Exercise brief:
Please quote exactly the lines below from the line containing "f 57 56 120" to the line containing "f 73 112 139", both lines included, and nothing else.

· · ·

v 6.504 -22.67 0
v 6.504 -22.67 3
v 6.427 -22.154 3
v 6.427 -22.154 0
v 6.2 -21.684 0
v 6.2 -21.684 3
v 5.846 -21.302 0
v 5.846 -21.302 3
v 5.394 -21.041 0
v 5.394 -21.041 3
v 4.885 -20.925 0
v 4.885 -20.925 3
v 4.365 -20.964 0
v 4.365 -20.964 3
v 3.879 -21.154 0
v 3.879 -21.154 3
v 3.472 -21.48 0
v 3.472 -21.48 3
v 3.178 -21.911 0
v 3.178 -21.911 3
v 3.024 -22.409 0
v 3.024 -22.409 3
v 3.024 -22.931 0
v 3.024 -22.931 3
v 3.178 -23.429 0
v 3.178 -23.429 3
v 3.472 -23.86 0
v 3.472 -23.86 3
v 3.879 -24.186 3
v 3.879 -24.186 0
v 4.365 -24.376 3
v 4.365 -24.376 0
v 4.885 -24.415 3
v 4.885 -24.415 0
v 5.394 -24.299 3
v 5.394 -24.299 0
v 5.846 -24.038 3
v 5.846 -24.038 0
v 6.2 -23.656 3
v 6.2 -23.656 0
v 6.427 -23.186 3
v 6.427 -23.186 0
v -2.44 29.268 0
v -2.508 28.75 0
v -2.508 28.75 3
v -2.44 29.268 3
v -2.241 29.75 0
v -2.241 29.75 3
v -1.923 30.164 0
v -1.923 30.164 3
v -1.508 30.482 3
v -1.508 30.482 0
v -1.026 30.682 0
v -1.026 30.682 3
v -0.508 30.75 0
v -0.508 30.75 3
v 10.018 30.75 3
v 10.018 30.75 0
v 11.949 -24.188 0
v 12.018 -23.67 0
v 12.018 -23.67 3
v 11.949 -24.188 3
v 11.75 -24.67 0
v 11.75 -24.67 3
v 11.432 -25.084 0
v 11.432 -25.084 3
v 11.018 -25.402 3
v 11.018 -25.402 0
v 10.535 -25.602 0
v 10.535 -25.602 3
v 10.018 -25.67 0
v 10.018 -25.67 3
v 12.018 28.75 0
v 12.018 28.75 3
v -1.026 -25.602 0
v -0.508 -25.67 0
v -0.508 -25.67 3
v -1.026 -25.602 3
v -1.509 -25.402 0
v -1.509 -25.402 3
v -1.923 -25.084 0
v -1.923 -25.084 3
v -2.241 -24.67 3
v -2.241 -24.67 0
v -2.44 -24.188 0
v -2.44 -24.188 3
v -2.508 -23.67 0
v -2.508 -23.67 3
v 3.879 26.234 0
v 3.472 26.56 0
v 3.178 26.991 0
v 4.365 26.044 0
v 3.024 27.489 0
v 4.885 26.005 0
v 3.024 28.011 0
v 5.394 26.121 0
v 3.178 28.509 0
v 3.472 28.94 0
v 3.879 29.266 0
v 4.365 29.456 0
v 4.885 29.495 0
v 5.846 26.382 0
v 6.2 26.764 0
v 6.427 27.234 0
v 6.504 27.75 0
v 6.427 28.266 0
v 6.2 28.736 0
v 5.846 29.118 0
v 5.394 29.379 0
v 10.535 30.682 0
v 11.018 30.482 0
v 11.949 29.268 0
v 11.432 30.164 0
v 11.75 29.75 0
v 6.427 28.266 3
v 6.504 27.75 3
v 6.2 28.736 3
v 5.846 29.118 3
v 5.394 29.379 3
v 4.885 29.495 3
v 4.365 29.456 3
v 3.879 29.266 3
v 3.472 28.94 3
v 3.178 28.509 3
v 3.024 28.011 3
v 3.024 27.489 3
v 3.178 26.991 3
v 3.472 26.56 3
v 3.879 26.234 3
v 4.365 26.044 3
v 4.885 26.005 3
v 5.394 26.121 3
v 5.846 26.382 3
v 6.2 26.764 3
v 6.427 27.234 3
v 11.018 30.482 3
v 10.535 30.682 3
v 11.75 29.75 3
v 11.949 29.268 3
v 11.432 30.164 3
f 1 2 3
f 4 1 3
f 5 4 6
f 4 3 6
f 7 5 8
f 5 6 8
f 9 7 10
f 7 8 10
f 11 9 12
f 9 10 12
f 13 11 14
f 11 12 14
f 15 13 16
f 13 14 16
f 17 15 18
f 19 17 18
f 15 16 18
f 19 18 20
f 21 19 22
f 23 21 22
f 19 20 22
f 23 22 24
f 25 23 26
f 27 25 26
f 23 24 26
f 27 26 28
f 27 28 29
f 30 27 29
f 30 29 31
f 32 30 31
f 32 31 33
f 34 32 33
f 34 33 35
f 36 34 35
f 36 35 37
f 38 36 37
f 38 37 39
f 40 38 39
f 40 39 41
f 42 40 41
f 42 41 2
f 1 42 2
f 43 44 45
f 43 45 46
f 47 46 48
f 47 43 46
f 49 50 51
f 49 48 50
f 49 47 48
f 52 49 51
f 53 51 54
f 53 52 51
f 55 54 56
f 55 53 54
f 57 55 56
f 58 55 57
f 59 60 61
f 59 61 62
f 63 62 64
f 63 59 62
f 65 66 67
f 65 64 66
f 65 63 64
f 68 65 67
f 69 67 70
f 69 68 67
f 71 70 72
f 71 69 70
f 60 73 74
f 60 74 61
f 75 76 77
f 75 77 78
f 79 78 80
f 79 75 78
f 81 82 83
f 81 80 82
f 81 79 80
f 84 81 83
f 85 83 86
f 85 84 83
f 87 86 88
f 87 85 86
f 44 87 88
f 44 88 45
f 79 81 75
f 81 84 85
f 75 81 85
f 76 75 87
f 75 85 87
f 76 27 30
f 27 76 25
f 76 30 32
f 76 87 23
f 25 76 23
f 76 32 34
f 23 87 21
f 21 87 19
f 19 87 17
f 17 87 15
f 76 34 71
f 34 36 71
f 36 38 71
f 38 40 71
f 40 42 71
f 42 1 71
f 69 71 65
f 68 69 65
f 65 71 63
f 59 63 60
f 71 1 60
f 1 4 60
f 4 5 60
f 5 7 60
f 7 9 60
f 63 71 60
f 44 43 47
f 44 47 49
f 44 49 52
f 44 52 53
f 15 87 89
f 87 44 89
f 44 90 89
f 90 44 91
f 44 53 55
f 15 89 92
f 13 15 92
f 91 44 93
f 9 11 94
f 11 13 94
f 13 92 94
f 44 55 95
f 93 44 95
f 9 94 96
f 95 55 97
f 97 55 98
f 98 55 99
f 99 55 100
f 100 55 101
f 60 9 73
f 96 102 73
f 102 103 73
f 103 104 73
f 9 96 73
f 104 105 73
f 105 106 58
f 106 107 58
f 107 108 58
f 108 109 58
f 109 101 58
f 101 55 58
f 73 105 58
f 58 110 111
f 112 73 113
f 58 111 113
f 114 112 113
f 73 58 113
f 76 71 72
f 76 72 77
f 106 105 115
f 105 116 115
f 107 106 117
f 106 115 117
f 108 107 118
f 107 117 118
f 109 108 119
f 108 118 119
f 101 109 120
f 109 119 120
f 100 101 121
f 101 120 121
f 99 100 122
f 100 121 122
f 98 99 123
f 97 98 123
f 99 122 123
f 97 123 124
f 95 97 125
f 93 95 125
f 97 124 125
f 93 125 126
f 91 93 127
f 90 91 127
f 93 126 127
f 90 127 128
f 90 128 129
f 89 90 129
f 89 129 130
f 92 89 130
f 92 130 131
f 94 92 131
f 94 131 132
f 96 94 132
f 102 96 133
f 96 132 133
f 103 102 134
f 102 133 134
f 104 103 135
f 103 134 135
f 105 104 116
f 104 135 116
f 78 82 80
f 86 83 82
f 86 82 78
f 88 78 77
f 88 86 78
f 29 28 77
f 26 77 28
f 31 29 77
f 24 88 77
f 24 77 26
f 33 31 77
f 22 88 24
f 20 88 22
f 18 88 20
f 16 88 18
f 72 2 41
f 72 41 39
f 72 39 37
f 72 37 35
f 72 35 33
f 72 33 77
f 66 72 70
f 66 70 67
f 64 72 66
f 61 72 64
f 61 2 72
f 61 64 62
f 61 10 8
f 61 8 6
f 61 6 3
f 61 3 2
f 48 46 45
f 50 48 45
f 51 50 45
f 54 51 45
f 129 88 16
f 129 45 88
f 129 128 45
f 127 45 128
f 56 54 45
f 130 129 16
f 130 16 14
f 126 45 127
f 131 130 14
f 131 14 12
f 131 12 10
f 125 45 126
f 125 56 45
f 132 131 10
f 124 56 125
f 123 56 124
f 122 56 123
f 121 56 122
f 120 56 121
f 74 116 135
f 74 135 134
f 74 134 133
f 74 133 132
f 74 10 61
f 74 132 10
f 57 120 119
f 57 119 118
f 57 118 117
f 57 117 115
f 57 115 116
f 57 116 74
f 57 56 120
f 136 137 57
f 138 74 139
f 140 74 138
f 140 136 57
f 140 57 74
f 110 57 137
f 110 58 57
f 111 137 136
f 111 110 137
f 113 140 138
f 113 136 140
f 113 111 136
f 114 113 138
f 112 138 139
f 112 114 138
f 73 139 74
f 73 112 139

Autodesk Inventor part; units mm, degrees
ref_plane "YZ Plane" through (0, 0, 0) normal (1, 0, 0) x (0, 1, 0)
ref_plane "XZ Plane" through (0, 0, 0) normal (0, 1, 0) x (-1, 0, 0)
ref_plane "XY Plane" through (0, 0, 0) normal (0, 0, 1) x (1, 0, 0)
sketch "Sketch1" plane through (0, 0, 0) normal (0, 0, 1) x (1, 0, 0)
  line L0 (9.9495, -14.97) -> (12.0175, -14.97) projected
  line L1 (9.9495, -20.042) -> (9.9495, -14.97) projected
  line L2 (4.9095, -20.042) -> (9.9495, -20.042) projected
  line L3 (4.9095, -15.47) -> (4.9095, -20.042) projected
  line L4 (-10.8425, -15.47) -> (4.9095, -15.47) projected
  line L5 (-10.8425, 10.39) -> (-10.8425, -15.47) projected
  line L6 (-7.5245, 10.39) -> (-10.8425, 10.39) projected
  line L7 (-7.5245, 30.75) -> (-7.5245, 10.39) projected
  line L8 (-12.0175, 30.75) -> (-7.5245, 30.75) projected
  line L9 (-12.0175, -25.67) -> (-12.0175, 30.75) projected
  line L10 (30.7975, -25.67) -> (-12.0175, -25.67) projected
  spline S0 degree 3 poles (31.7975, -27.4021) (31.7975, -27.1472) (31.7079, -26.8547) (31.4014, -26.2852) (31.0746, -25.9471) (30.7975, -25.67) knots 0.505532 0.505532 0.505532 0.505532 0.581995 0.581995 0.699558 0.699558 0.699558 0.699558 projected
  line L11 (31.7975, -32.02) -> (31.7975, -27.4021) projected
  line L12 (33.7975, -32.02) -> (31.7975, -32.02) projected
  line L13 (33.7975, -32.02) -> (33.7975, -17.51) projected
  line L14 (12.0175, -17.51) -> (33.7975, -17.51) projected
  line L15 (12.0175, -14.97) -> (12.0175, -17.51) projected
  line L16 (4.9095, 10.39) -> (-2.5085, 10.39) projected
  line L17 (4.9095, 14.962) -> (4.9095, 10.39) projected
  line L18 (9.9495, 14.962) -> (4.9095, 14.962) projected
  line L19 (9.9495, 9.89) -> (9.9495, 14.962) projected
  line L20 (12.0175, 9.89) -> (9.9495, 9.89) projected
  line L21 (12.0175, 22.59) -> (12.0175, 9.89) projected
  line L22 (33.7975, 22.59) -> (12.0175, 22.59) projected
  line L23 (33.7975, 22.59) -> (33.7975, 37.1) projected
  line L24 (31.7975, 37.1) -> (33.7975, 37.1) projected
  line L25 (31.7975, 32.4821) -> (31.7975, 37.1) projected
  spline S1 degree 3 poles (30.7975, 30.75) (31.0746, 31.0271) (31.4014, 31.3652) (31.7079, 31.9347) (31.7975, 32.2272) (31.7975, 32.4821) knots 0 0 0 0 0.117563 0.117563 0.194026 0.194026 0.194026 0.194026 projected
  line L26 (-2.5085, 30.75) -> (30.7975, 30.75) projected
  line L27 (-2.5085, 10.39) -> (-2.5085, 30.75) projected
  line L28 (10.0175, -25.67) -> (-0.5085, -25.67)
  line L29 (-2.5085, -23.67) -> (-2.5085, 28.75)
  line L30 (-0.5085, 30.75) -> (10.0175, 30.75)
  line L31 (12.0175, 28.75) -> (12.0175, -23.67)
  arc A0 (-2.5085, -23.67) -> (-0.5085, -25.67) centre (-0.5085, -23.67) ccw
  arc A1 (10.0175, -25.67) -> (12.0175, -23.67) centre (10.0175, -23.67) ccw
  arc A2 (-0.5085, 30.75) -> (-2.5085, 28.75) centre (-0.5085, 28.75) ccw
  arc A3 (12.0175, 28.75) -> (10.0175, 30.75) centre (10.0175, 28.75) ccw
  circle A4 centre (4.7545, -22.67) radius 1.625 projected
  circle A5 centre (4.7545, 27.75) radius 1.625 projected
  point P0 (0, 0)
  point P1 (12.0175, -25.67)
  dimension "d0" = 2
extrude "Extrusion1" add sketch "Sketch1" along normal blind 3 contours L1 L2 L3 L4 L29 L16 L17 L18 L19 L20 L31 L0 | L0 L15 L31 A1 L10 A0 L29 L4 L3 L2 L1 | L20 L19 L18 L17 L16 L27 A2 L26 A3 L31 L21 | A4 | A5
sketch "Sketch2" plane through (0, 0, 3) normal (0, 0, 1) x (1, 0, 0)
  line L0 (9.9495, -14.97) -> (12.0175, -14.97) projected
  line L1 (9.9495, -20.042) -> (9.9495, -14.97) projected
  line L2 (4.9095, -20.042) -> (9.9495, -20.042) projected
  line L3 (4.9095, -15.47) -> (4.9095, -20.042) projected
  line L4 (-10.8425, -15.47) -> (4.9095, -15.47) projected
  line L5 (-10.8425, 10.39) -> (-10.8425, -15.47) projected
  line L6 (-7.5245, 10.39) -> (-10.8425, 10.39) projected
  line L7 (-7.5245, 30.75) -> (-7.5245, 10.39) projected
  line L8 (-12.0175, 30.75) -> (-7.5245, 30.75) projected
  line L9 (-12.0175, -25.67) -> (-12.0175, 30.75) projected
  line L10 (30.7975, -25.67) -> (-12.0175, -25.67) projected
  spline S0 degree 3 poles (31.7975, -27.4021) (31.7975, -27.1472) (31.7079, -26.8547) (31.4014, -26.2852) (31.0746, -25.9471) (30.7975, -25.67) knots 0.505532 0.505532 0.505532 0.505532 0.581995 0.581995 0.699558 0.699558 0.699558 0.699558 projected
  line L11 (31.7975, -32.02) -> (31.7975, -27.4021) projected
  line L12 (33.7975, -32.02) -> (31.7975, -32.02) projected
  line L13 (33.7975, -32.02) -> (33.7975, -17.51) projected
  line L14 (12.0175, -17.51) -> (33.7975, -17.51) projected
  line L15 (12.0175, -14.97) -> (12.0175, -17.51) projected
  line L16 (4.9095, 10.39) -> (-2.5085, 10.39) projected
  line L17 (4.9095, 14.962) -> (4.9095, 10.39) projected
  line L18 (9.9495, 14.962) -> (4.9095, 14.962) projected
  line L19 (9.9495, 9.89) -> (9.9495, 14.962) projected
  line L20 (12.0175, 9.89) -> (9.9495, 9.89) projected
  line L21 (12.0175, 22.59) -> (12.0175, 9.89) projected
  line L22 (33.7975, 22.59) -> (12.0175, 22.59) projected
  line L23 (33.7975, 22.59) -> (33.7975, 37.1) projected
  line L24 (31.7975, 37.1) -> (33.7975, 37.1) projected
  line L25 (31.7975, 32.4821) -> (31.7975, 37.1) projected
  spline S1 degree 3 poles (30.7975, 30.75) (31.0746, 31.0271) (31.4014, 31.3652) (31.7079, 31.9347) (31.7975, 32.2272) (31.7975, 32.4821) knots 0 0 0 0 0.117563 0.117563 0.194026 0.194026 0.194026 0.194026 projected
  line L26 (-2.5085, 30.75) -> (30.7975, 30.75) projected
  line L27 (-2.5085, 10.39) -> (-2.5085, 30.75) projected
  line L28 (-2.5085, 28.75) -> (-2.5085, -23.67) projected
  arc A0 (-2.5085, -23.67) -> (-0.5085, -25.67) centre (-0.5085, -23.67) ccw projected
  line L29 (-0.5085, -25.67) -> (10.0175, -25.67) projected
  arc A1 (10.0175, -25.67) -> (12.0175, -23.67) centre (10.0175, -23.67) ccw projected
  line L30 (12.0175, -23.67) -> (12.0175, 28.75) projected
  arc A2 (12.0175, 28.75) -> (10.0175, 30.75) centre (10.0175, 28.75) ccw projected
  line L31 (10.0175, 30.75) -> (-0.5085, 30.75) projected
  arc A3 (-0.5085, 30.75) -> (-2.5085, 28.75) centre (-0.5085, 28.75) ccw projected
  line L32 (-0.5085, -25.67) -> (10.0175, -25.67) projected
  line L33 (4.7545, -25.67) -> (4.7545, -22.67)
  circle A4 centre (4.7545, -22.67) radius 1.75
  line L34 (0, 0) -> (-38.7909, 0)
  line L35 (4.7545, 30.75) -> (4.7545, 27.75)
  circle A5 centre (4.7545, 27.75) radius 1.75
  circle A6 centre (4.7545, -22.67) radius 1.625 projected
  circle A7 centre (4.7545, 27.75) radius 1.625 projected
  dimension "d3" = 3
  dimension "d4" = 3.5
  dimension "d5" = 3
  dimension "d6" = 3.5
extrude "Extrusion2" cut sketch "Sketch2" against normal blind 3 contours A6 | A4 | A7 | A5
properties part number "SteerServoClamp"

· · ·

Written solution:
f 57 56 120
f 136 137 57
f 138 74 139
f 140 74 138
f 140 136 57
f 140 57 74
f 110 57 137
f 110 58 57
f 111 137 136
f 111 110 137
f 113 140 138
f 113 136 140
f 113 111 136
f 114 113 138
f 112 138 139
f 112 114 138
f 73 139 74
f 73 112 139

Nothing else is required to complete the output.